[Given data — start]

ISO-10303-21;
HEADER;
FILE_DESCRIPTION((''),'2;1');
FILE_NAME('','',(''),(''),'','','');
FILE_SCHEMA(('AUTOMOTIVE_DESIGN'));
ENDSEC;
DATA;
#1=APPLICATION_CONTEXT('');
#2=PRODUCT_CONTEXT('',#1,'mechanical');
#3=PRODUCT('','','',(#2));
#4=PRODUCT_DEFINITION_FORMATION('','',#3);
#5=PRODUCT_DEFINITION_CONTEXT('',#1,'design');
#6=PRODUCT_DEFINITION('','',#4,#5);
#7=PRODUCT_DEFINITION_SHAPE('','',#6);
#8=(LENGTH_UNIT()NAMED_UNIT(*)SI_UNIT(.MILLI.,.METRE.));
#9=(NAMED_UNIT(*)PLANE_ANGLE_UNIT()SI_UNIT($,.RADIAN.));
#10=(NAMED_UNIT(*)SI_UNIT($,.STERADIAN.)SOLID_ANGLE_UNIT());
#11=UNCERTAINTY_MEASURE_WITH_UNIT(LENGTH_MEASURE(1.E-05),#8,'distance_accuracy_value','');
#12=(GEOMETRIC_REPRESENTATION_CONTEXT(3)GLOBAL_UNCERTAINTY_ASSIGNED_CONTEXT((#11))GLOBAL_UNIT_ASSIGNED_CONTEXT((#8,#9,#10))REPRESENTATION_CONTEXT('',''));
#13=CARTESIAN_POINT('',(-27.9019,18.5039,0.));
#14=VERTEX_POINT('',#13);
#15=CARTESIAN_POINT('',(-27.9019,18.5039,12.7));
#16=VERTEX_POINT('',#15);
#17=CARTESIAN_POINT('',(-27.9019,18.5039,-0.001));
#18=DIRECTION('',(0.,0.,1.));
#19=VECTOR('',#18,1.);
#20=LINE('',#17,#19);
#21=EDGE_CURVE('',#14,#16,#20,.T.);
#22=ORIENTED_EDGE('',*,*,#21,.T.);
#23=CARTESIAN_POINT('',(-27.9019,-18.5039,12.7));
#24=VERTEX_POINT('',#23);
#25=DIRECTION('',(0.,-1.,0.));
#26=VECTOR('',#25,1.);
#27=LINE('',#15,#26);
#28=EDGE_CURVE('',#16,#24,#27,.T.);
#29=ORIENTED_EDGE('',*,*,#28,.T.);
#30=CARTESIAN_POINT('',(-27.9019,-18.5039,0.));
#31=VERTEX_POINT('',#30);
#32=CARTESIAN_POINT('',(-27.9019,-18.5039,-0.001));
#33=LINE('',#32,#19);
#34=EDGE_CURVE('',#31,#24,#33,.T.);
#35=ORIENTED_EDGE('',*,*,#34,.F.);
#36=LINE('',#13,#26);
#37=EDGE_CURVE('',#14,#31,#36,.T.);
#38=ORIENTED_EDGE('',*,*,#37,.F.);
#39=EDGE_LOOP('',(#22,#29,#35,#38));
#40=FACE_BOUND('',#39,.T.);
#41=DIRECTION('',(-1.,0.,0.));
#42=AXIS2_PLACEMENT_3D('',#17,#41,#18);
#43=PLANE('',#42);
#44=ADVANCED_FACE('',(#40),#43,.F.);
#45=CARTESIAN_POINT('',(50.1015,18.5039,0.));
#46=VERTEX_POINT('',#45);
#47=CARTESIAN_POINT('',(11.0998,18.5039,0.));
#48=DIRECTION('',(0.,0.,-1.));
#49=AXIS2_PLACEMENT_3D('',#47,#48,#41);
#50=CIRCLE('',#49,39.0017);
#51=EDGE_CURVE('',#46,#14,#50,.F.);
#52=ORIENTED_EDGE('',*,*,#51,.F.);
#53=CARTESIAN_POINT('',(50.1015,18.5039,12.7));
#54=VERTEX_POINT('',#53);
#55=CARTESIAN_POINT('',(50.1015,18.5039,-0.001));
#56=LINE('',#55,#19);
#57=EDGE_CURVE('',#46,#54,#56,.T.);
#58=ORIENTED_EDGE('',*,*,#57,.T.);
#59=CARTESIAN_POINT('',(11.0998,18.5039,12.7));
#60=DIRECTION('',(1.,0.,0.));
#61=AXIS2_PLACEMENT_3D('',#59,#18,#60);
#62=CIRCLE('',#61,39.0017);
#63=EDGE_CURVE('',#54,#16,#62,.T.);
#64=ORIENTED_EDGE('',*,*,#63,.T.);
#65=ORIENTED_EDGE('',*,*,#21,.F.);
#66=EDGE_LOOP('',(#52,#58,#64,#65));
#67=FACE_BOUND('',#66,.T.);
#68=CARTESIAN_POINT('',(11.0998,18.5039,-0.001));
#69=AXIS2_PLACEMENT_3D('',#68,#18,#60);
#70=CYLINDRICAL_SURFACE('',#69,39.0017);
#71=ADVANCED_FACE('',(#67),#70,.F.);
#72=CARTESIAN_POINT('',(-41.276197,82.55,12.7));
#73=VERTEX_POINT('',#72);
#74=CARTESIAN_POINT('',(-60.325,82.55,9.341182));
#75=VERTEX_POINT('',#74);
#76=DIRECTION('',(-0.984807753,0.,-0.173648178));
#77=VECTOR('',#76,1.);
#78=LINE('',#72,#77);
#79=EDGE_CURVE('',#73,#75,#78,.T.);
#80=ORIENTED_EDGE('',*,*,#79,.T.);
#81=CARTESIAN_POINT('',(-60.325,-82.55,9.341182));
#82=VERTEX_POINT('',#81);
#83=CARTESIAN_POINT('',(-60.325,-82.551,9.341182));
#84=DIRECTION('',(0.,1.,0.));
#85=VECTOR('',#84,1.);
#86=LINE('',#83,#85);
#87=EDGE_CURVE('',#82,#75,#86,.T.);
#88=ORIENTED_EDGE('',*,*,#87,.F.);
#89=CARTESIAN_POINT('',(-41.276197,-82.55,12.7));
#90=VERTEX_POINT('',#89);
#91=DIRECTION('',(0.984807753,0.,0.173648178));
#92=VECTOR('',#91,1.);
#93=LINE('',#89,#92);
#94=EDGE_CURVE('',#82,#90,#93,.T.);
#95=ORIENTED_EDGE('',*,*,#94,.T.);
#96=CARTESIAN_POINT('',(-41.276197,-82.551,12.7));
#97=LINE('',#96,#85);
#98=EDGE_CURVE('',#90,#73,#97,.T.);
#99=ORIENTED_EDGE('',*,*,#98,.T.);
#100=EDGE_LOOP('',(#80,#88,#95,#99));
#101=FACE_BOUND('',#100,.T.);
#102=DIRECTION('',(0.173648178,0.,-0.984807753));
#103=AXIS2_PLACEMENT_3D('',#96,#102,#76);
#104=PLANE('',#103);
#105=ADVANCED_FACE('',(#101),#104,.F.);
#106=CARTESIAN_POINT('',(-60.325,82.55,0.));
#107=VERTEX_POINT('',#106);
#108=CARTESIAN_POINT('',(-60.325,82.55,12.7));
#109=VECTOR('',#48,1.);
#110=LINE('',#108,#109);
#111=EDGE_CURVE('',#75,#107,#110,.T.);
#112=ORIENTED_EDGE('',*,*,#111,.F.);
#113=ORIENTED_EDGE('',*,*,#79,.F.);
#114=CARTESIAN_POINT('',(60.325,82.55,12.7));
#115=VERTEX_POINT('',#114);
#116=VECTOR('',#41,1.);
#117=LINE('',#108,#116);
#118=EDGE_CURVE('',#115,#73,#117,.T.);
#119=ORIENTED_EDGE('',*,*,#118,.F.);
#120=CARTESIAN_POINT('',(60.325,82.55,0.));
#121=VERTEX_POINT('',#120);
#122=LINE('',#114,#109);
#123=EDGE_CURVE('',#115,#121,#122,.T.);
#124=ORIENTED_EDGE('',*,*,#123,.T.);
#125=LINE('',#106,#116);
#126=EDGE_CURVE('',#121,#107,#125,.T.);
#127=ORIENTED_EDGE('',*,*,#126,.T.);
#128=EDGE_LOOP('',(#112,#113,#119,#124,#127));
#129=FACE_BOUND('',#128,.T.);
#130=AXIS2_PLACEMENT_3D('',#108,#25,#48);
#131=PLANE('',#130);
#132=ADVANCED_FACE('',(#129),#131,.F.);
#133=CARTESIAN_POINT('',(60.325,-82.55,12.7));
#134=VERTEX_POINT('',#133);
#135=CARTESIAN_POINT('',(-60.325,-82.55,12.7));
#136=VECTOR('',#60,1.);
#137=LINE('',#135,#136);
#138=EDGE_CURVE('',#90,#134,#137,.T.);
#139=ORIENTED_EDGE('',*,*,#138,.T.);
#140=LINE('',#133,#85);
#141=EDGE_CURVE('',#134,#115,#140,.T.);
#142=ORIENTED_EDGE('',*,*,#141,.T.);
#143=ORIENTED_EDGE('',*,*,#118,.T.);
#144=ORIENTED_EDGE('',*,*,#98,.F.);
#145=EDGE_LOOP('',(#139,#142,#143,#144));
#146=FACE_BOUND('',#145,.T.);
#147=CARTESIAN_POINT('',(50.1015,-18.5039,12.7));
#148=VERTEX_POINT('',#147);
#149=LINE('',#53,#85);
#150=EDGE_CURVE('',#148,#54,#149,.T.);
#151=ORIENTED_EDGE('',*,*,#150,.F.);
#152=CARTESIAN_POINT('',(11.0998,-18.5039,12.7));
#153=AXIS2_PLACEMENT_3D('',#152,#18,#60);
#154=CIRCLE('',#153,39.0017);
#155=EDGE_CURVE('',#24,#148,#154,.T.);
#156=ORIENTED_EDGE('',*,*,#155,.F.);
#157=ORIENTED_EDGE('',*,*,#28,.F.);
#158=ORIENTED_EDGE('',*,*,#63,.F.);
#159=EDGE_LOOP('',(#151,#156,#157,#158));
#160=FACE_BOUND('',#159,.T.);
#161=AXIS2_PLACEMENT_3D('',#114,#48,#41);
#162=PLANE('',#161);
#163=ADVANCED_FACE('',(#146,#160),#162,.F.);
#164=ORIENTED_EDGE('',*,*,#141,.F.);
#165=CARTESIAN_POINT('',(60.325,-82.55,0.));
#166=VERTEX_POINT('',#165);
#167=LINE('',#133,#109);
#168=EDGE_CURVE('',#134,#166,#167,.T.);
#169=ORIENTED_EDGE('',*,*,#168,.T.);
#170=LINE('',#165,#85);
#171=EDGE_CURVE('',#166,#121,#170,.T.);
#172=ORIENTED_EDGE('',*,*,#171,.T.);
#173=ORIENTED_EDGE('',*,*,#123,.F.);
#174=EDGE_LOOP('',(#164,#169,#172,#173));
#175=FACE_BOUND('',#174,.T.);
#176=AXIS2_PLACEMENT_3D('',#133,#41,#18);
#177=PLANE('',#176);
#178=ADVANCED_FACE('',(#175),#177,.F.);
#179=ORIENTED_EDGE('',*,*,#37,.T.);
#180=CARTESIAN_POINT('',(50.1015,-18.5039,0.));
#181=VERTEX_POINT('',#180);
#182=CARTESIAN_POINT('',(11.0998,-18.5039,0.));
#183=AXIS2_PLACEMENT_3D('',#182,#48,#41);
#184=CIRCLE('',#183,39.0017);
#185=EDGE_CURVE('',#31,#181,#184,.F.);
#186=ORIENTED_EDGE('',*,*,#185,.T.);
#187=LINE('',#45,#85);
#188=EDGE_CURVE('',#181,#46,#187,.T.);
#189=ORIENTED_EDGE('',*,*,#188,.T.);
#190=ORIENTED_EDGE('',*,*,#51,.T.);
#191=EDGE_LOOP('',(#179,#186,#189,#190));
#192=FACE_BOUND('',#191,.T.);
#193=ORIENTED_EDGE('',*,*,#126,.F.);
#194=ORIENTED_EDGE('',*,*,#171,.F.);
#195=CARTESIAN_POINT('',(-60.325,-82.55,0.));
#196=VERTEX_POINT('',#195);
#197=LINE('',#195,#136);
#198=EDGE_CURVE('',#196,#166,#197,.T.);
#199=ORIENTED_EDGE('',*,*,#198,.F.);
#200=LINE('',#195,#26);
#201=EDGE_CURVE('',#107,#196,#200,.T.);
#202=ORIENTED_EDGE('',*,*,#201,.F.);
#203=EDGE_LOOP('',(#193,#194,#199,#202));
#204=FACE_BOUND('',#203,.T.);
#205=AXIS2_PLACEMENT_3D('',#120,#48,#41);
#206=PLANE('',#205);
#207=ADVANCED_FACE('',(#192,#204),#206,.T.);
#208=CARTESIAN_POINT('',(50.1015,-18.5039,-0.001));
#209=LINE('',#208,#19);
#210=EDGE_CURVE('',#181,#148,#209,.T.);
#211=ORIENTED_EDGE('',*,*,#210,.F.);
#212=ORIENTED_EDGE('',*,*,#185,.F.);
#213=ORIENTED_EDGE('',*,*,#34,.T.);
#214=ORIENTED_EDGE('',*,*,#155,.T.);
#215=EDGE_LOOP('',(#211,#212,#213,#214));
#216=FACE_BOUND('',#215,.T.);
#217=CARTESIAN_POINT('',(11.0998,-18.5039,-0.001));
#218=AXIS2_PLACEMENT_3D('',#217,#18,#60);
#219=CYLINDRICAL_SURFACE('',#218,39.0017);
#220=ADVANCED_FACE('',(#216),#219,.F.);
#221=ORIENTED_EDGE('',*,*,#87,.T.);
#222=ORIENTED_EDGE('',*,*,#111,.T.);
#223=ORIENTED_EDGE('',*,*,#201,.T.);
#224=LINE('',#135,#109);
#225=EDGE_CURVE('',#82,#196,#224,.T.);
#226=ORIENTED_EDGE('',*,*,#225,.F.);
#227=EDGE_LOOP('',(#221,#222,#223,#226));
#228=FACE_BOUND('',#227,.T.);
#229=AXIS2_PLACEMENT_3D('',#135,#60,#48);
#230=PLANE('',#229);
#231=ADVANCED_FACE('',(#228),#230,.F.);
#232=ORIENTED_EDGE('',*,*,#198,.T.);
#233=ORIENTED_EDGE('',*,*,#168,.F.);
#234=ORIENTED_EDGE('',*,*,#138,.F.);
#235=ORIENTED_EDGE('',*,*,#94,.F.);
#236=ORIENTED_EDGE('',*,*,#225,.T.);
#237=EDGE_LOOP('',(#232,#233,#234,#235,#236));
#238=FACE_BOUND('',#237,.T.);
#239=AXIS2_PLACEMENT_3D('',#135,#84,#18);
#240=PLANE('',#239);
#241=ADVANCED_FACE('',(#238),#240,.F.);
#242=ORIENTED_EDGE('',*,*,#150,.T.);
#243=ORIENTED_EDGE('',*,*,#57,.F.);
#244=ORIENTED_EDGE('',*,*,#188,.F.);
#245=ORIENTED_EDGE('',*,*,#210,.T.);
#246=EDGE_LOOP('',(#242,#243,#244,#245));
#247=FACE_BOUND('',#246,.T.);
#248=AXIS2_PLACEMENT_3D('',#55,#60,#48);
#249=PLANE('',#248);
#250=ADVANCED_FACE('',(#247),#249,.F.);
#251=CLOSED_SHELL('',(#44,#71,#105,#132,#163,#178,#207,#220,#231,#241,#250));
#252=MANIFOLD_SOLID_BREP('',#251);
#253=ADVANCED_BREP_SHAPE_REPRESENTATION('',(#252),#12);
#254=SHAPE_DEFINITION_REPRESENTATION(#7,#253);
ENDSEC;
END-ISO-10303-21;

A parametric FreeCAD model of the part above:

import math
import FreeCAD as App
import Part
import Sketcher
Q = App.Units.Quantity

doc = App.newDocument("Part")
body = doc.addObject("PartDesign::Body", "Body")

sketch1 = body.newObject("Sketcher::SketchObject", "Sketch")
sketch1.AttachmentSupport = (doc.getObject("XY_Plane"), [""])
sketch1.MapMode = "FlatFace"
sketch1.addGeometry([
    Part.LineSegment(App.Vector(-60, 83, 0), App.Vector(-60, -83, 0)),
    Part.LineSegment(App.Vector(-60, -83, 0), App.Vector(60, -83, 0)),
    Part.LineSegment(App.Vector(60, -83, 0), App.Vector(60, 83, 0)),
    Part.LineSegment(App.Vector(60, 83, 0), App.Vector(-60, 83, 0)),
], False)
sketch1.addConstraint([
    Sketcher.Constraint("Coincident", 0, 2, 1, 1),
    Sketcher.Constraint("Coincident", 1, 2, 2, 1),
    Sketcher.Constraint("Coincident", 2, 2, 3, 1),
    Sketcher.Constraint("Coincident", 3, 2, 0, 1),
    Sketcher.Constraint("Vertical", 0),
    Sketcher.Constraint("Horizontal", 1),
    Sketcher.Constraint("Vertical", 2),
    Sketcher.Constraint("Horizontal", 3),
    Sketcher.Constraint("Symmetric", 0, 2, 2, 2, -1, 1),
    Sketcher.Constraint("DistanceY", 0, 2, 0, 1, Q("6.5 in")),
    Sketcher.Constraint("DistanceX", 1, 1, 1, 2, Q("4.75 in")),
])
pad1 = body.newObject("PartDesign::Pad", "Pad")
pad1.Profile = sketch1
pad1.Length = Q("0.5 in")

sketch2 = body.newObject("Sketcher::SketchObject", "Sketch001")
sketch2.AttachmentSupport = (doc.getObject("XY_Plane"), [""])
sketch2.MapMode = "FlatFace"
sketch2.AttachmentOffset = App.Placement(App.Vector(0, 0, 0.5 * 25.4), App.Rotation())
sketch2.addGeometry([
    Part.LineSegment(App.Vector(50, -19, 0), App.Vector(50, 19, 0)),
    Part.ArcOfCircle(Part.Circle(App.Vector(11, 19, 0), App.Vector(0, 0, 1), 39), math.radians(0), math.radians(180)),
    Part.LineSegment(App.Vector(-28, 19, 0), App.Vector(-28, -19, 0)),
    Part.ArcOfCircle(Part.Circle(App.Vector(11, -19, 0), App.Vector(0, 0, 1), 39), math.radians(180), math.radians(360)),
], False)
sketch2.addConstraint([
    Sketcher.Constraint("Tangent", 0, 2, 1, 1),
    Sketcher.Constraint("Tangent", 1, 2, 2, 1),
    Sketcher.Constraint("Tangent", 2, 2, 3, 1),
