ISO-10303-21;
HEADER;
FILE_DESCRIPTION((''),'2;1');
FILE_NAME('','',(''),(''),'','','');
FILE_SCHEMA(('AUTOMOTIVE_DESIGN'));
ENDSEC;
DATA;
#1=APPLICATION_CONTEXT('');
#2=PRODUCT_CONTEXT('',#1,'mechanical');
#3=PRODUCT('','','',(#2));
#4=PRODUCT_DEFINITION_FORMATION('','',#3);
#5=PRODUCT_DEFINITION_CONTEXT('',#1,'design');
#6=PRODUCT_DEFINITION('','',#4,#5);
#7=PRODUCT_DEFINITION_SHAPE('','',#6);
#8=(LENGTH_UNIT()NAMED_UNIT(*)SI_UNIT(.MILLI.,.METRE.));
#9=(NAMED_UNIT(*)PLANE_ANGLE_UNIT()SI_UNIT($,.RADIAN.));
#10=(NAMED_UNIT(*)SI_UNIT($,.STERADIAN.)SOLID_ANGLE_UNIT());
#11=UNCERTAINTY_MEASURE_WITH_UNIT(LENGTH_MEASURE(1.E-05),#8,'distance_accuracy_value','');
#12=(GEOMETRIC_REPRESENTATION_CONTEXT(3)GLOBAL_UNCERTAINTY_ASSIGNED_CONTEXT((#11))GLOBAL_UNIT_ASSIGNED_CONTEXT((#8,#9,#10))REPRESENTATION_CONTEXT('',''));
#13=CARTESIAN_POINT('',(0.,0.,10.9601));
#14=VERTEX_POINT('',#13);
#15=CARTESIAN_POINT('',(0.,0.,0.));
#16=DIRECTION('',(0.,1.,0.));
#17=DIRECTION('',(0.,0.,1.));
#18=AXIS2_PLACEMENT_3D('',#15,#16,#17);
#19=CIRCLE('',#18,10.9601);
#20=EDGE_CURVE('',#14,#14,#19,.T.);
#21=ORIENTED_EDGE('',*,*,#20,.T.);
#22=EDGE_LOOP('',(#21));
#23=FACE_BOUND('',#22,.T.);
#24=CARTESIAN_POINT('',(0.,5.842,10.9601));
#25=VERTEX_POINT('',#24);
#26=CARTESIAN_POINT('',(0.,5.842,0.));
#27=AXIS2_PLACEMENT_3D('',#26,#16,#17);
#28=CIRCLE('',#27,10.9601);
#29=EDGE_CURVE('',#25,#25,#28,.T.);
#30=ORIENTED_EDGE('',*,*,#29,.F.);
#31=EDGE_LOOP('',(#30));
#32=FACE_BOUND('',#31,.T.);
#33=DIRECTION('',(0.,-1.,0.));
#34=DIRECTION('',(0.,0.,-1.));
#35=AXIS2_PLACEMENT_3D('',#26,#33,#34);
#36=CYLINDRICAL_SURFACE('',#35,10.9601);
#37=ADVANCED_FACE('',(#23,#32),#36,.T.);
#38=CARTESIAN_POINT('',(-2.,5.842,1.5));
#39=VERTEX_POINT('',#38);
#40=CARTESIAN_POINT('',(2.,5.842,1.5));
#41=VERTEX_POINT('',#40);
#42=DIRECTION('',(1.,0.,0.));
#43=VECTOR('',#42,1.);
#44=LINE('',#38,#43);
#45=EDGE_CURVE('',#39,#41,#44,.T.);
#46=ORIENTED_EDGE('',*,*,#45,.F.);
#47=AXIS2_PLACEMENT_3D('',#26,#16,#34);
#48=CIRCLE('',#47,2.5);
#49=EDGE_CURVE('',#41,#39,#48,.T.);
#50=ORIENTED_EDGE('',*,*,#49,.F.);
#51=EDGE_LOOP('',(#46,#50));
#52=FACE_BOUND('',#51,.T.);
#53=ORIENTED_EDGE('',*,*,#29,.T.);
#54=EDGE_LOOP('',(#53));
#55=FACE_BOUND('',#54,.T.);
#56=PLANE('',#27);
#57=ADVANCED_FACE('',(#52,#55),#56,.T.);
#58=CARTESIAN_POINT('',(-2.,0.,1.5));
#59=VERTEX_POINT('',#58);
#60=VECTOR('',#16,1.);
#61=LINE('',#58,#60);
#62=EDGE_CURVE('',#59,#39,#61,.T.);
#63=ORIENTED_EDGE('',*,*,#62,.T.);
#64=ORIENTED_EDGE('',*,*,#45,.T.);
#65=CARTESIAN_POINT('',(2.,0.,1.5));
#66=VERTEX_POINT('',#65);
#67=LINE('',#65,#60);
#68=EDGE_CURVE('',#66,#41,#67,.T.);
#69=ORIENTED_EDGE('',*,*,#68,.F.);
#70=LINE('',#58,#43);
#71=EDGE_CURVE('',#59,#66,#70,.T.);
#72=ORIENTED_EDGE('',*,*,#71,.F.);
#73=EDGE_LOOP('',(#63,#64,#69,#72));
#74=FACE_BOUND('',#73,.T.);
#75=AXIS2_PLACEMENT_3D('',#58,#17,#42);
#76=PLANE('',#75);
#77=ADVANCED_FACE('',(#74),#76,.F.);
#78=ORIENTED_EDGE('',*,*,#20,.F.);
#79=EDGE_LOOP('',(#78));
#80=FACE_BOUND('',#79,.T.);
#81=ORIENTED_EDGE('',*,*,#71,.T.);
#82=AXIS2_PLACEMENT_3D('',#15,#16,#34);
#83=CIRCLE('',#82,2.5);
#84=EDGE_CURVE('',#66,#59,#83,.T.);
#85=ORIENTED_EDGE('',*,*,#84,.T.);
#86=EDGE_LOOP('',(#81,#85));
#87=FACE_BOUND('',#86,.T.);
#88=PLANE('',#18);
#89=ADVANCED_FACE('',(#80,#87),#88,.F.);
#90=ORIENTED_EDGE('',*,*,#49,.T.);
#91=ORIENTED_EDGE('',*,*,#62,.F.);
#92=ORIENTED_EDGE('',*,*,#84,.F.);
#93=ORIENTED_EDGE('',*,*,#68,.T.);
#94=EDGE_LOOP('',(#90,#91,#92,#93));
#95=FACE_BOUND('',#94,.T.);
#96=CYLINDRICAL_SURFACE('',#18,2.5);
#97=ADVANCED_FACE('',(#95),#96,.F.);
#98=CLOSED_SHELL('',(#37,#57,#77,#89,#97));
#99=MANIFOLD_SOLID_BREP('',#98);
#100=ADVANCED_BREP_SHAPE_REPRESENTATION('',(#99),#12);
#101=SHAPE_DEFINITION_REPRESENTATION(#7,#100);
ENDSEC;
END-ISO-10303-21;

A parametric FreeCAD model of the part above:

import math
import FreeCAD as App
import Part
import Sketcher

V = App.Vector
Q = App.Units.Quantity

doc = App.newDocument("Part")
body = doc.addObject("PartDesign::Body", "Body")

# Sketch on XZ plane
sketch1 = body.newObject("Sketcher::SketchObject", "Sketch")
sketch1.AttachmentSupport = (doc.getObject("XZ_Plane"), [""])
sketch1.MapMode = "FlatFace"
sketch1.addGeometry(Part.Circle(V(0, 0, 0), V(0, 0, 1), 11), False)
sketch1.addConstraint(Sketcher.Constraint("Coincident", 0, 3, -1, 1))
sketch1.addConstraint(Sketcher.Constraint("Diameter", 0, Q("21.9202 mm")))
pad1 = body.newObject("PartDesign::Pad", "Pad")
pad1.Profile = sketch1
pad1.Length = 5.842
pad1.Reversed = True

# Sketch on XZ plane
sketch2 = body.newObject("Sketcher::SketchObject", "Sketch001")
sketch2.AttachmentSupport = (doc.getObject("XZ_Plane"), [""])
sketch2.MapMode = "FlatFace"
sketch2.AttachmentOffset = App.Placement(V(0, 0, -5.842), App.Rotation())
sketch2.addGeometry(Part.LineSegment(V(-2, 1.5, 0), V(2, 1.5, 0)), False)
sketch2.addGeometry(Part.ArcOfCircle(Part.Circle(V(0, 0, 0), V(0, 0, 1), 2.5), math.radians(143), math.radians(397)), False)
sketch2.addConstraint(Sketcher.Constraint("Coincident", 0, 1, 1, 1))
sketch2.addConstraint(Sketcher.Constraint("Coincident", 1, 2, 0, 2))
sketch2.addConstraint(Sketcher.Constraint("Horizontal", 0))
sketch2.addConstraint(Sketcher.Constraint("Coincident", 1, 3, -1, 1))
sketch2.addConstraint(Sketcher.Constraint("Radius", 1, Q("2.5 mm")))
sketch2.addConstraint(Sketcher.Constraint("DistanceX", 0, 1, 0, 2, Q("4 mm")))
pocket1 = body.newObject("PartDesign::Pocket", "Pocket")
pocket1.Profile = sketch2
pocket1.Type = "ThroughAll"
pocket1.Reversed = True

doc.recompute()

[Given data — finish]

## Problem requirements
Each line in the entries above, starting at the line with "#160=FACE_BOUND('',#159,.T.);" and ending at the line with "#167=LINE('',#133,#109);", is to be printed exactly, and only those lines.

## Response box
#160=FACE_BOUND('',#159,.T.);
#161=AXIS2_PLACEMENT_3D('',#114,#48,#41);
#162=PLANE('',#161);
#163=ADVANCED_FACE('',(#146,#160),#162,.F.);
#164=ORIENTED_EDGE('',*,*,#141,.F.);
#165=CARTESIAN_POINT('',(60.325,-82.55,0.));
#166=VERTEX_POINT('',#165);
#167=LINE('',#133,#109);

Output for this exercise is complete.